Answer with a bare number: the count of lines in the data below that contain the word "from".

>>>

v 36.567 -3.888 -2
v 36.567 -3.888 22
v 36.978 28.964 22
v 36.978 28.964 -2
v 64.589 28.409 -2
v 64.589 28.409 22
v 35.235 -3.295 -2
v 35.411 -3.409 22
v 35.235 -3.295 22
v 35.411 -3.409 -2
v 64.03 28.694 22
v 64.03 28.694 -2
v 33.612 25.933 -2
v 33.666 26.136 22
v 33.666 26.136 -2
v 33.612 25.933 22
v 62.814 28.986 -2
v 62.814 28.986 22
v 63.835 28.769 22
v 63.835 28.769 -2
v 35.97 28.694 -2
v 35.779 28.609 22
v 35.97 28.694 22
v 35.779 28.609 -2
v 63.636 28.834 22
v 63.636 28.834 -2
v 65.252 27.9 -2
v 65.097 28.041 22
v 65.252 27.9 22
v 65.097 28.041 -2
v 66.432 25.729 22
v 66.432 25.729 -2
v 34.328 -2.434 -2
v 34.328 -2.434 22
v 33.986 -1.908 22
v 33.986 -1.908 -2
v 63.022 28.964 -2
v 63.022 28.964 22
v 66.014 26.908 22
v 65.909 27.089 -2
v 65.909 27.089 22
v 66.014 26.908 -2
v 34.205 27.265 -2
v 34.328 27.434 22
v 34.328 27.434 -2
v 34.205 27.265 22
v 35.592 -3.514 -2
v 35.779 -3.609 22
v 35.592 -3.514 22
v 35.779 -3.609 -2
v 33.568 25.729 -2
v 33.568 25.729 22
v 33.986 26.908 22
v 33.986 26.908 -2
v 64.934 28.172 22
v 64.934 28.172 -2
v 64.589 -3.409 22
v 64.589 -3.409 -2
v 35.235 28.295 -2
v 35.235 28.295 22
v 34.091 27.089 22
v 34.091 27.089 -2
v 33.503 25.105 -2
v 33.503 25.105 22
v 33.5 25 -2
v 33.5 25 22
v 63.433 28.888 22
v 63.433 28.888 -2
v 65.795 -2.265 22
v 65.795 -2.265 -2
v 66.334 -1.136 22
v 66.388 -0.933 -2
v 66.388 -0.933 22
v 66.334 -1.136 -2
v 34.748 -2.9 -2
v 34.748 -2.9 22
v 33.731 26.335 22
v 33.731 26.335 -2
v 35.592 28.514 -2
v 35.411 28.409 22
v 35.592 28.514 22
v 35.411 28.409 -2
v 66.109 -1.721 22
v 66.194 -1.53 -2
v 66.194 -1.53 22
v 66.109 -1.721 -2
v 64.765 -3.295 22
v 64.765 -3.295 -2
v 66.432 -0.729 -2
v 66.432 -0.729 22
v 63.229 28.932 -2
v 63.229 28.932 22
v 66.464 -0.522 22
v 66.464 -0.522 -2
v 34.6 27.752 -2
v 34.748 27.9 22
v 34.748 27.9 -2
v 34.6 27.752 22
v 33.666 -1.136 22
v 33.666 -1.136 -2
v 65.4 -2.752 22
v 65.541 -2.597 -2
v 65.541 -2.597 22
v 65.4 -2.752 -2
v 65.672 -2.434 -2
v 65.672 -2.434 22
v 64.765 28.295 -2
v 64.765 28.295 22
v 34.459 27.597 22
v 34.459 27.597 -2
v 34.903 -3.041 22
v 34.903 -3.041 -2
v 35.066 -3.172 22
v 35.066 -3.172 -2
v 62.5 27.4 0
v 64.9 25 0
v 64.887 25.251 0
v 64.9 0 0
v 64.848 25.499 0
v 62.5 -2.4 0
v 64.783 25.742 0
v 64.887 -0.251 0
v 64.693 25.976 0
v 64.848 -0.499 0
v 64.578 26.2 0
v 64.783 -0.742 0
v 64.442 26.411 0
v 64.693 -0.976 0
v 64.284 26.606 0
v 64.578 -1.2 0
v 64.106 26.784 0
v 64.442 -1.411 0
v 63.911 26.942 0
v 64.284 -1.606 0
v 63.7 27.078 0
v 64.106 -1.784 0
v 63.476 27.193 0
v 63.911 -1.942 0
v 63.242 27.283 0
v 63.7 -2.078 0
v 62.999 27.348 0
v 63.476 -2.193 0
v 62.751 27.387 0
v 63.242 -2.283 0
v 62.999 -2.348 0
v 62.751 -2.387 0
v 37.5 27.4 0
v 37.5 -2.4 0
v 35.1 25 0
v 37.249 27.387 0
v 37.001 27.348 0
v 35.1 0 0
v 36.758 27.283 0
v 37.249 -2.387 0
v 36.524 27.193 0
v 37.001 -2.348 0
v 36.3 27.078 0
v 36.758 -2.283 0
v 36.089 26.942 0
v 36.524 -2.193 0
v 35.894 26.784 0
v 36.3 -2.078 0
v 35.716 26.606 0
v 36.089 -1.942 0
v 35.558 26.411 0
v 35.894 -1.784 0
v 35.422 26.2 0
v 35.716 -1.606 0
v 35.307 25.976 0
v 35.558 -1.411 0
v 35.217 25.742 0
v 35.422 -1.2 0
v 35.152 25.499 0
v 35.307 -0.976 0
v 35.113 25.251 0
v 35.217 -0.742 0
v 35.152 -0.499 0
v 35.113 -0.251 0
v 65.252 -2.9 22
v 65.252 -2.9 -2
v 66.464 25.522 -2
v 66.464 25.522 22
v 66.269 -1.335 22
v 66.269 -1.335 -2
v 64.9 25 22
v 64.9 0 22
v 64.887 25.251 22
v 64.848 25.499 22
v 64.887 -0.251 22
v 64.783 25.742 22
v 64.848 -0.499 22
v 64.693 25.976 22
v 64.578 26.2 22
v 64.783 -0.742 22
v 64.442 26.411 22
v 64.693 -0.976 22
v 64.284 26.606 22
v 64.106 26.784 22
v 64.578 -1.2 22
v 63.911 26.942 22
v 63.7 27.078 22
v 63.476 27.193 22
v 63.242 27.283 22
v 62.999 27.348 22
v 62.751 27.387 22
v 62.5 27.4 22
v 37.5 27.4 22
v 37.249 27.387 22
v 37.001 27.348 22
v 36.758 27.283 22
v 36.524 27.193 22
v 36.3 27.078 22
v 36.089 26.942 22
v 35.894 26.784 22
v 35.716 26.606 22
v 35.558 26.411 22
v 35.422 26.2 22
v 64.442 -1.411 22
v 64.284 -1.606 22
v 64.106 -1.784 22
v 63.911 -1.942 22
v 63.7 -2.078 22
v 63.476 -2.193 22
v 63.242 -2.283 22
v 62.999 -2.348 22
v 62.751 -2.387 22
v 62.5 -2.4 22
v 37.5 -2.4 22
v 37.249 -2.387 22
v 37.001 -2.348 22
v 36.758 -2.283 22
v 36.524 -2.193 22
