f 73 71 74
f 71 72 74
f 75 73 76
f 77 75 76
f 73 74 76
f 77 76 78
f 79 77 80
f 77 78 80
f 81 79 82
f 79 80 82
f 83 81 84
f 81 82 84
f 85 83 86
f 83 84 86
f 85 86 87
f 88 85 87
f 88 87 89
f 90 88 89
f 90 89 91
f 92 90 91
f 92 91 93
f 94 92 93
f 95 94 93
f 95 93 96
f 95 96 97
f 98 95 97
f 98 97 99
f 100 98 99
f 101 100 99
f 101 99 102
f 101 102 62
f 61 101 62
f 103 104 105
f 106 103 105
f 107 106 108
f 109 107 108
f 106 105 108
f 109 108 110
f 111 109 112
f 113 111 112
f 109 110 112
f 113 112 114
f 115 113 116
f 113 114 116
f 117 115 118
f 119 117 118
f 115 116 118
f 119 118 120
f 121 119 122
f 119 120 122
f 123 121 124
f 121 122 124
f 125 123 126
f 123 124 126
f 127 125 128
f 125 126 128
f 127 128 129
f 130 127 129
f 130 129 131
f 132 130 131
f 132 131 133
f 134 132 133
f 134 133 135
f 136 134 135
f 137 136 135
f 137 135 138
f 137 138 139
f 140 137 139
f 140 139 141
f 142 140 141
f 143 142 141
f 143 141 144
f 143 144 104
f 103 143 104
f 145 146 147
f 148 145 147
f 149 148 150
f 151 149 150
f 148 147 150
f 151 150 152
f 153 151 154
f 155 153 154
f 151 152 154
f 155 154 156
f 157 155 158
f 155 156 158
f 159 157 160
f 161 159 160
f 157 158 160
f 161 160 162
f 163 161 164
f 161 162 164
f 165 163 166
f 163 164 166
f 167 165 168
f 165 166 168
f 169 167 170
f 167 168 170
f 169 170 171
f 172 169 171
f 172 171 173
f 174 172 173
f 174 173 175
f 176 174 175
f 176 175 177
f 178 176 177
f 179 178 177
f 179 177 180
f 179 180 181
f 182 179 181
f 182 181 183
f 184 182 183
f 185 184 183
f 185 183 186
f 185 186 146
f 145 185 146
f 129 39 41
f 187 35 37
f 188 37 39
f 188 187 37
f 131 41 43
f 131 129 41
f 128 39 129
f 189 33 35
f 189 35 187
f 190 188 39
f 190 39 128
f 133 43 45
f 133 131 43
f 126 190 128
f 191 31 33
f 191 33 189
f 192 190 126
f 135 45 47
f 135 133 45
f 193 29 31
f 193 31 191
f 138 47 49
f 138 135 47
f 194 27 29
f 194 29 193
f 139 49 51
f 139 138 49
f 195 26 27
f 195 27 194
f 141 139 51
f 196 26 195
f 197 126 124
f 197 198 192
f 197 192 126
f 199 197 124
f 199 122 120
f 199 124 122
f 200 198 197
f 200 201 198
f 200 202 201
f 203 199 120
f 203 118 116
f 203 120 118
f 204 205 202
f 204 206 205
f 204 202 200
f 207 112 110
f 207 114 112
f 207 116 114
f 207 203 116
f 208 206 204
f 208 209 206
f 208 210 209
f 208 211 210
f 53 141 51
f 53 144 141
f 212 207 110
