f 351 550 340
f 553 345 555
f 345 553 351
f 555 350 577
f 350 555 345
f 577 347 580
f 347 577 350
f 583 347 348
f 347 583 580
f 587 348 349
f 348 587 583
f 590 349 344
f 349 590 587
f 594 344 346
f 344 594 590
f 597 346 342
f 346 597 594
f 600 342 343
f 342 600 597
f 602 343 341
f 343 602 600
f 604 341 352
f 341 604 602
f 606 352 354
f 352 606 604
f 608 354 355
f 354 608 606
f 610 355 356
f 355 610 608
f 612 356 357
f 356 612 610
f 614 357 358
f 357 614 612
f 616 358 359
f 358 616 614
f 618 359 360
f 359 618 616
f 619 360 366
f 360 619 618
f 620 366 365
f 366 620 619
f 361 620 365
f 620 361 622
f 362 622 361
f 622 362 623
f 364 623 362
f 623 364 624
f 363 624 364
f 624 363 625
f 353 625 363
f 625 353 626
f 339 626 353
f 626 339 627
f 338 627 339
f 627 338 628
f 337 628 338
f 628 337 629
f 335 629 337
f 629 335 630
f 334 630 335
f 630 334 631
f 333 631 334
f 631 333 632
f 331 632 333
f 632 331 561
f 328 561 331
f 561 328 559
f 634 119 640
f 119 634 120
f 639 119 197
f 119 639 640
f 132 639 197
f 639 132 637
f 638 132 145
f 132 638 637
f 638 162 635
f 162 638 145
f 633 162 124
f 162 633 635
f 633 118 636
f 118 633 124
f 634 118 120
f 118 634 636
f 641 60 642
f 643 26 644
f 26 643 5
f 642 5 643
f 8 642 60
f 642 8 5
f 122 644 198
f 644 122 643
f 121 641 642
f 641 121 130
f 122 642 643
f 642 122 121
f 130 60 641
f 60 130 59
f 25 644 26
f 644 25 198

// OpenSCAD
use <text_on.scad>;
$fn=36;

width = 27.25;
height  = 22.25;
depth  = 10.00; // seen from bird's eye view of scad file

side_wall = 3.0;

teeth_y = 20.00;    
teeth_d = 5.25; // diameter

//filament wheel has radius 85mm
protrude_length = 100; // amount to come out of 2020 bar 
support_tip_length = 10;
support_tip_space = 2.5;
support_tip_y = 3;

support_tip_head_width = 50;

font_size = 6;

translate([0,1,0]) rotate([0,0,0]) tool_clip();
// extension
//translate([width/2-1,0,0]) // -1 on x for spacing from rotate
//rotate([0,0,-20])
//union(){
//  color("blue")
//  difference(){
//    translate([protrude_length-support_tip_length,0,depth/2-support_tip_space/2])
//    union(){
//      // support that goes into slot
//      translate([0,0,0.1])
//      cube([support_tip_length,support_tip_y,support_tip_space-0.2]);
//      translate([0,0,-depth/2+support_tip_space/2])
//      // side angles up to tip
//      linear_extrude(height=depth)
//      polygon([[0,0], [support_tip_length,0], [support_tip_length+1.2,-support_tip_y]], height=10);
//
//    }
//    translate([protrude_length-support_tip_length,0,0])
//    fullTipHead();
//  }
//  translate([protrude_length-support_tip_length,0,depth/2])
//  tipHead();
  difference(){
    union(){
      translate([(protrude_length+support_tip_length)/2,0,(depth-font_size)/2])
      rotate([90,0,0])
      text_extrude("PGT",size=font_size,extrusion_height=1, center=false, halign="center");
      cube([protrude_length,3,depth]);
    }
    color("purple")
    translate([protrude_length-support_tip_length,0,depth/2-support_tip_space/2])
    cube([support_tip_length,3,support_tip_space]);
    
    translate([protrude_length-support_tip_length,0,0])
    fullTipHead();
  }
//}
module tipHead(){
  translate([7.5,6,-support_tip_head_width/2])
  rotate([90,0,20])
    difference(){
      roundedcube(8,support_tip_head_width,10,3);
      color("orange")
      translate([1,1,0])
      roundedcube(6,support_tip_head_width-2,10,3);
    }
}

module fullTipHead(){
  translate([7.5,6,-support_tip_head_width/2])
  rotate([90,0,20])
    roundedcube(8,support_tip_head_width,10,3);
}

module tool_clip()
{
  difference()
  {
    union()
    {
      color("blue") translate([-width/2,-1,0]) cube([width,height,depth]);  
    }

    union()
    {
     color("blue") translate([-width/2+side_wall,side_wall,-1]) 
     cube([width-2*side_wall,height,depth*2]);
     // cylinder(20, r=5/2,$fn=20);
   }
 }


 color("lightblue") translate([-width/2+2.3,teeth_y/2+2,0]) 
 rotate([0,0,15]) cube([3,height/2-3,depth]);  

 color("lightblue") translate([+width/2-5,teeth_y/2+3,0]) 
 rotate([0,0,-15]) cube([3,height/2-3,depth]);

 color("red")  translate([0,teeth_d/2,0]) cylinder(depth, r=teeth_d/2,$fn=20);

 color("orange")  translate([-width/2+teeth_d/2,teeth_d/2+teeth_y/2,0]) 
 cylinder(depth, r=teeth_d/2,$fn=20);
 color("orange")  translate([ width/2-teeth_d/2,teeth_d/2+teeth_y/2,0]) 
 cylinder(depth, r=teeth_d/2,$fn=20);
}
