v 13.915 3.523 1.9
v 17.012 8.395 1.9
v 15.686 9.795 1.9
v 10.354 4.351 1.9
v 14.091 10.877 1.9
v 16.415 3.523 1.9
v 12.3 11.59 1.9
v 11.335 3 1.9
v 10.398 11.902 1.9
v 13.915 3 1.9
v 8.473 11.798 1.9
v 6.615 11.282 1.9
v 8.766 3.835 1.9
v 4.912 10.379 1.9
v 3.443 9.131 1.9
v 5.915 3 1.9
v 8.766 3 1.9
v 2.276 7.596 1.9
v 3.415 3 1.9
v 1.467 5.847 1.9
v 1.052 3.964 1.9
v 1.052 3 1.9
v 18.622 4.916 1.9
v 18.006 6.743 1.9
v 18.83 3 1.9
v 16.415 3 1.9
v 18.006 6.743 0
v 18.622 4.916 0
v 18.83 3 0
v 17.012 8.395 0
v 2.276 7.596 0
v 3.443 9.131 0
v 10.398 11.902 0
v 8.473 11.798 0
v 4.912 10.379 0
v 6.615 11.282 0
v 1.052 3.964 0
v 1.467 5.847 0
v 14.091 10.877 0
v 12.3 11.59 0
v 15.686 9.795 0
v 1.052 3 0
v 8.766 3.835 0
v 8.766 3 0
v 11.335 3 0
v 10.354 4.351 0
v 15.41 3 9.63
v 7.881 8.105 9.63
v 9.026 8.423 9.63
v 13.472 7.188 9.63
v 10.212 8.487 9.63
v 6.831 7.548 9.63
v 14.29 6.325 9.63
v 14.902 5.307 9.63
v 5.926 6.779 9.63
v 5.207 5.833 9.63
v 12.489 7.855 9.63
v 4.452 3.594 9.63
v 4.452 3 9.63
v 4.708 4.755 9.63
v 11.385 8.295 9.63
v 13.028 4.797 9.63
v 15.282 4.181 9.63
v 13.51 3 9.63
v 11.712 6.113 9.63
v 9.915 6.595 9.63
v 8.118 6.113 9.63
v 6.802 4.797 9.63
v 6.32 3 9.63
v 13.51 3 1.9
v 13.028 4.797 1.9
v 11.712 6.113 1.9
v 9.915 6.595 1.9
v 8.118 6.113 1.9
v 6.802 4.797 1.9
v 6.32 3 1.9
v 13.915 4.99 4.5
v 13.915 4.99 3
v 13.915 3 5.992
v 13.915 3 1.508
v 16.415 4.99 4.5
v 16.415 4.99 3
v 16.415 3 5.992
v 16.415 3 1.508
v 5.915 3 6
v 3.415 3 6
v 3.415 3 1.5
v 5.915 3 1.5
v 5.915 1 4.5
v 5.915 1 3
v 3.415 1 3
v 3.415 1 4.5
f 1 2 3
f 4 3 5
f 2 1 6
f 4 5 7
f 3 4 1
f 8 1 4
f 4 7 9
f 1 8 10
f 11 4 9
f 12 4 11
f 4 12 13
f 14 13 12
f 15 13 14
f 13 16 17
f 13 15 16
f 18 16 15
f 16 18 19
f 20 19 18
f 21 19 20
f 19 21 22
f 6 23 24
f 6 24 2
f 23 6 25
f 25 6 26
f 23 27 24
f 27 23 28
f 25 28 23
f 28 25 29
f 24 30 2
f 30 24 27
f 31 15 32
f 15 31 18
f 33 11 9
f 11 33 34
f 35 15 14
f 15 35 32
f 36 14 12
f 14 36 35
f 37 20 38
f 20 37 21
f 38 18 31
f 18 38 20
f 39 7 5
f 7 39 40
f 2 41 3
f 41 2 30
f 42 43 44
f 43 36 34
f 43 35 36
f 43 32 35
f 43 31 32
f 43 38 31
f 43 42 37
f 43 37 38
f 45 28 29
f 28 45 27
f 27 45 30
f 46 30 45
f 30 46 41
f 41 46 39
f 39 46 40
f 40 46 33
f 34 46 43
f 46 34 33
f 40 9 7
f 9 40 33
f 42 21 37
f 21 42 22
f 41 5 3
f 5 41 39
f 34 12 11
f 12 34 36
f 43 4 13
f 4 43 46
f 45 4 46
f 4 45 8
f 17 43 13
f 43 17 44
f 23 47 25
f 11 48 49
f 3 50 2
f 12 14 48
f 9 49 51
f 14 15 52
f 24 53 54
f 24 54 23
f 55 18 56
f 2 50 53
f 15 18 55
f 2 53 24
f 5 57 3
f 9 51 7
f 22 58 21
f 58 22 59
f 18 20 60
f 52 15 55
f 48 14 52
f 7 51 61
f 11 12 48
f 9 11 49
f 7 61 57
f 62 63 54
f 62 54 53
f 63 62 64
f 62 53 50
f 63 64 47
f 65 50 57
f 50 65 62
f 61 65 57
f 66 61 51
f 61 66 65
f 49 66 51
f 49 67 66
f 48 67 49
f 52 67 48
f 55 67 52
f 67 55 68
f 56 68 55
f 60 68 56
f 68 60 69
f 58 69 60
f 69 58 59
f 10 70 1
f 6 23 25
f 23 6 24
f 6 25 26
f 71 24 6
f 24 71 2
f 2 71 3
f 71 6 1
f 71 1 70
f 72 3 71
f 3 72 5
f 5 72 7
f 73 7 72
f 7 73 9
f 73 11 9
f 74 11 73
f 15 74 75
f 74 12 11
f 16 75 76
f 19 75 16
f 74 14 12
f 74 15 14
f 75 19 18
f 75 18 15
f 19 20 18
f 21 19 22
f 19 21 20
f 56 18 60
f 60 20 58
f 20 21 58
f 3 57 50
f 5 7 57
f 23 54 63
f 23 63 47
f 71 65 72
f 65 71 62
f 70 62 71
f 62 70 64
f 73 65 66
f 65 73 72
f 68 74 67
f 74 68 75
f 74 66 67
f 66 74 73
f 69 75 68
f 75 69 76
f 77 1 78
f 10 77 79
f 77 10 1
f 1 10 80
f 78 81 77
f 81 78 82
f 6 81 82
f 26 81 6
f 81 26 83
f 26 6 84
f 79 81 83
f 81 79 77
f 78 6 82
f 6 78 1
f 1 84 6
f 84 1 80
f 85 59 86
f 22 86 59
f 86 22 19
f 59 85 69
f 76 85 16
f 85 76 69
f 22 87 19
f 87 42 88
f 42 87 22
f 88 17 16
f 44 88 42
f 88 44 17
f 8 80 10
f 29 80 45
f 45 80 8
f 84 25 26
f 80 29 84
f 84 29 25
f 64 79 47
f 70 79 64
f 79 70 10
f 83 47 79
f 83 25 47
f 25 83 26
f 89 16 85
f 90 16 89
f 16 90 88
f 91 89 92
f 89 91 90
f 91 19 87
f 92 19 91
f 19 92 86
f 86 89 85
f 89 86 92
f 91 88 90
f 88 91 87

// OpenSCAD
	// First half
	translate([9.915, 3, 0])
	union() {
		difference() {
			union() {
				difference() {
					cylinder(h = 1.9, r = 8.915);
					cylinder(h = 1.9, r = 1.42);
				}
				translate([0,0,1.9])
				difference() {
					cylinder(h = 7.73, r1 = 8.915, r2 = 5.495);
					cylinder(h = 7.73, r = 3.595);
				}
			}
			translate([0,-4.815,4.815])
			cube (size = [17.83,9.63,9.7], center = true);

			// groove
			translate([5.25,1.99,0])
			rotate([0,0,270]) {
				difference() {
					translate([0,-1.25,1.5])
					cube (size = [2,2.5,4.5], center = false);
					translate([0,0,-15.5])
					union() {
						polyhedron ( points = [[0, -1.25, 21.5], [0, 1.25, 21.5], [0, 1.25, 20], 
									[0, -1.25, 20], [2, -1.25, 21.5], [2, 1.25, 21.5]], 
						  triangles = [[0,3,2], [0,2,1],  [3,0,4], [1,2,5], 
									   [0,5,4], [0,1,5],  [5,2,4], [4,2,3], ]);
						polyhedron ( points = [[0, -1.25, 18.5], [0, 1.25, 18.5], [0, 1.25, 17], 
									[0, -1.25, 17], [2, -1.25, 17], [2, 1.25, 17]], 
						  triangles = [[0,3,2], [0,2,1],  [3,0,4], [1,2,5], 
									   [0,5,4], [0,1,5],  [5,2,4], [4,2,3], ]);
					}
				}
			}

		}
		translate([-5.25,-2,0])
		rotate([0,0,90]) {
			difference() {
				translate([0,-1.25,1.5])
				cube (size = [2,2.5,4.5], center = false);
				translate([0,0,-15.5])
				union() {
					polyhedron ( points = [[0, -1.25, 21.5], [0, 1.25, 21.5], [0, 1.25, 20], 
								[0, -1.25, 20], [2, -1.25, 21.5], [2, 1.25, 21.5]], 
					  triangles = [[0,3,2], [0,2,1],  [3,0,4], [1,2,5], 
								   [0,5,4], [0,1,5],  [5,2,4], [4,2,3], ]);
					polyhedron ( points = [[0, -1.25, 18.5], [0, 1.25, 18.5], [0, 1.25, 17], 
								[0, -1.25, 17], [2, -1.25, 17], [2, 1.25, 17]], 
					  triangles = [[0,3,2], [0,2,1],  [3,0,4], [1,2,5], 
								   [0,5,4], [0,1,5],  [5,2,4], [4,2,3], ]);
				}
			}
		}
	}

<<<

Reply:
2